プロフィットが出ない!! 終わりなき犯人探し
24時間稼働する自動トレード用のシステム「パトリオット」
このルールをつくった経緯については「意思疎通に必要な条件は?」
を読んでください。
で、細かいルールは「トレンドフォローの落とし穴」参照。
師匠である為替和尚は、スキャルピングの達人だ。
吉田も横でトレードをするところを何度も見ているけど、まず下手を打つことはない。1回1回のエントリーでミスがあっても、最終的にプラスに持っていく技量がある。
でも、最初に作った自動トレード用ルールは、スキャルピングではなく、どちらかと言えばデイトレード。24時間稼働するシステム向けに、波の流れを全て取るという発想から来ている。
この発想自体は悪くないのだけど、お互いの意思疎通が不十分で、自動トレードそのものを勘違いしていた吉田と師匠は、自動トレードシステム開発を甘く見てました。

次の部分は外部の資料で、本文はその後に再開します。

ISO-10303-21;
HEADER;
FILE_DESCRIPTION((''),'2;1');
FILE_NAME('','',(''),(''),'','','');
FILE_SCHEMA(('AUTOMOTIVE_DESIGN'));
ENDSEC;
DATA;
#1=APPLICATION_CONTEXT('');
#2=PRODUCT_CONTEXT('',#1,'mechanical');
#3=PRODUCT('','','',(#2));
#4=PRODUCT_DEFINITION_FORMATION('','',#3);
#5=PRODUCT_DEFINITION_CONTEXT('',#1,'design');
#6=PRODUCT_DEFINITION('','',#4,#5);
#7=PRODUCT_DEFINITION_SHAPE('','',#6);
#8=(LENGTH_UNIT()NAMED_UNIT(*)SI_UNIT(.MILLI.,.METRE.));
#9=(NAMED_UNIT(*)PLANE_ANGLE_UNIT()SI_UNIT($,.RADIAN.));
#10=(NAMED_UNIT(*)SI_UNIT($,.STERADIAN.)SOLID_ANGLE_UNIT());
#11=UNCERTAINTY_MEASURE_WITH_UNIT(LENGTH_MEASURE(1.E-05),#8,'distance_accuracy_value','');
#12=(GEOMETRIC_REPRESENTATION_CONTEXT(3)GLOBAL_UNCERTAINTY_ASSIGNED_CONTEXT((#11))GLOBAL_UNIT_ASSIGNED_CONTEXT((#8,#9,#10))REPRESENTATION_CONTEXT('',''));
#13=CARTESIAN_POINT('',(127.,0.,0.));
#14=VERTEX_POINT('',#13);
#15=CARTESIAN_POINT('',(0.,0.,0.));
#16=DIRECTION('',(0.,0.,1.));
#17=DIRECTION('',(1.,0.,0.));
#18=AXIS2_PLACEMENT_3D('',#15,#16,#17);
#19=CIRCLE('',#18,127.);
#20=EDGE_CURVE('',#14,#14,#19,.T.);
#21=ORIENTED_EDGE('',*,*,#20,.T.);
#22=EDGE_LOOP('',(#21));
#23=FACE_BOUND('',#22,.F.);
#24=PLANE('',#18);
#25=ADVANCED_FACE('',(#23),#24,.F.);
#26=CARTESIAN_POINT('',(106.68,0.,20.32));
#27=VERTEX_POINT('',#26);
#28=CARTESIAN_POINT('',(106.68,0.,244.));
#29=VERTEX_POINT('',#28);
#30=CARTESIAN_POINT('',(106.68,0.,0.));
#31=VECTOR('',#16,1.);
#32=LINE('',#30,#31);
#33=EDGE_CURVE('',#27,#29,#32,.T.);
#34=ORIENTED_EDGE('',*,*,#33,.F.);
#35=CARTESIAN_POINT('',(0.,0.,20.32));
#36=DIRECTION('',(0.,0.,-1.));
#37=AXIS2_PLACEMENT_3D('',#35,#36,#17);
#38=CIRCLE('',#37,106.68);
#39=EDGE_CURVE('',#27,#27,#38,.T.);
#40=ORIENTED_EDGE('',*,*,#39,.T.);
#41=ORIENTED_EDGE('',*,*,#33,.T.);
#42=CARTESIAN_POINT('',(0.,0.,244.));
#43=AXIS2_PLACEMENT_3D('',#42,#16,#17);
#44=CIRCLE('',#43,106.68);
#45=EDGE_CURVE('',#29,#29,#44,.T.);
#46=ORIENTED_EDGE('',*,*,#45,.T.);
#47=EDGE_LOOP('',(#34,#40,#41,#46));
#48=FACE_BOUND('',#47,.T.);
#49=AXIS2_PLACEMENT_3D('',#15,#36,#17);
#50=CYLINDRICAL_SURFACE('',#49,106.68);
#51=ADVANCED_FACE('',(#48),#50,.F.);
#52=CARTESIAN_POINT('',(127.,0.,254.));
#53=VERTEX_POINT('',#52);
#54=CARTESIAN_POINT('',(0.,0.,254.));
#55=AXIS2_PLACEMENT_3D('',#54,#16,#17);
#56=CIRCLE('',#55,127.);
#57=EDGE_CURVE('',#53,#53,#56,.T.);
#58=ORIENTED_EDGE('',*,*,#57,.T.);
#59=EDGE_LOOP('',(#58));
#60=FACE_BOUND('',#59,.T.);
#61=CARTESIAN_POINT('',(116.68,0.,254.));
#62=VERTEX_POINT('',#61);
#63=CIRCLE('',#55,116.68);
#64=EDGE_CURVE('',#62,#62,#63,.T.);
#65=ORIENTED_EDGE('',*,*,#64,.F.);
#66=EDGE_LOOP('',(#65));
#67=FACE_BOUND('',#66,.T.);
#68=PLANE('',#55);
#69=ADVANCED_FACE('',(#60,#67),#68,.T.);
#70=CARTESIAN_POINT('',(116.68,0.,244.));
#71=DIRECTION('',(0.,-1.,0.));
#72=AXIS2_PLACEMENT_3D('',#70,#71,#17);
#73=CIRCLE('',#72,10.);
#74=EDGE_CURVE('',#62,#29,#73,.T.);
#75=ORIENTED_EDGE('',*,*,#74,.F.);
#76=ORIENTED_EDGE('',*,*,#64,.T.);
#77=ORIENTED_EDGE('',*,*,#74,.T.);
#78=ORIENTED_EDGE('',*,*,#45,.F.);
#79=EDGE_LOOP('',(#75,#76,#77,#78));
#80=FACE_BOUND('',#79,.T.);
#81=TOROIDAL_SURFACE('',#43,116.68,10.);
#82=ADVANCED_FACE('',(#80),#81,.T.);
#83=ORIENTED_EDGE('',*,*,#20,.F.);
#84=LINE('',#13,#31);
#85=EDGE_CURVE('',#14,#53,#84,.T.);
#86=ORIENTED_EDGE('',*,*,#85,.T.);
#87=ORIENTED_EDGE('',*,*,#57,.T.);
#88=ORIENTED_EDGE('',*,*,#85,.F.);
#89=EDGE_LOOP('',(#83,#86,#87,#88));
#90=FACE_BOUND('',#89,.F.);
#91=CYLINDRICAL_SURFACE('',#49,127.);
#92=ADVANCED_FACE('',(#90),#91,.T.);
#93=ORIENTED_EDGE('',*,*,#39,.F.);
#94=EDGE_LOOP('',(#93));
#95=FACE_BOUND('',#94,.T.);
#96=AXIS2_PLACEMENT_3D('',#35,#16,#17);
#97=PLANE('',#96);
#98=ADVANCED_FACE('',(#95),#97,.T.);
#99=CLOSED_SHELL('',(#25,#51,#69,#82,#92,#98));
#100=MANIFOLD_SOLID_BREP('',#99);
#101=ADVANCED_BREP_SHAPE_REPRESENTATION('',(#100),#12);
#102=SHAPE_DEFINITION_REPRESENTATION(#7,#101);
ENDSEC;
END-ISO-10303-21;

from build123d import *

# Parameters (mm, degrees)
F3_R     = 127
F0_DEPTH = 254
F1_T     = -20.32
F2_R     = 10


with BuildPart() as f0:
    # F3 (on Top) → F0 (new body)
    with BuildSketch(Plane.XY):
        Circle(F3_R)
    extrude(amount=F0_DEPTH)

    # F1
    f1_openings = [f0.faces().sort_by_distance(p)[0] for p in [
        (0, 0, 254),
    ]]
    offset(amount=F1_T, openings=f1_openings)

    # F2
    f2_edges = [f0.edges().sort_by_distance(p)[0] for p in [
        (-106.68, 0, 254),
    ]]
    fillet(f2_edges, radius=F2_R)


solid = f0.part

チャートを見ながら作ったルールは、「これならイケルだろ」と思ってたけど、フタを開けてみると全然イケてない。
プロフィットが出ないんです。
そして、そこから終わりなき犯人探しの旅が始まります。
P.F.0.6
あかん、吉田っち、これなにか間違ってない?
「パトリオットシステム」のEAのP.F.(プロフィットファクター)を
見た師匠の第一声だった。
「ルール通り作ってますよ」と吉田は返したが、吉田には
なぜプロフィットが出ないのか、理由がわかっていた。
吉田は、エントリーポイントの確認用に作ったインジケータをチャート
に表示させ、その画像を師匠に見せた。
なんやこれ? ぜんぜん入ったらあかんところで、入ってるやん!
パトリオットシステムの問題点は「トレンドフォローの落とし穴」でも示したが、トレンドが発生するポイントでは、ルールはきちんとワークするものの、レンジ相場やトレンドが不定の場所ではシグナルの発生が遅すぎたり、ど底値やど天井でシグナルが出ていることだった。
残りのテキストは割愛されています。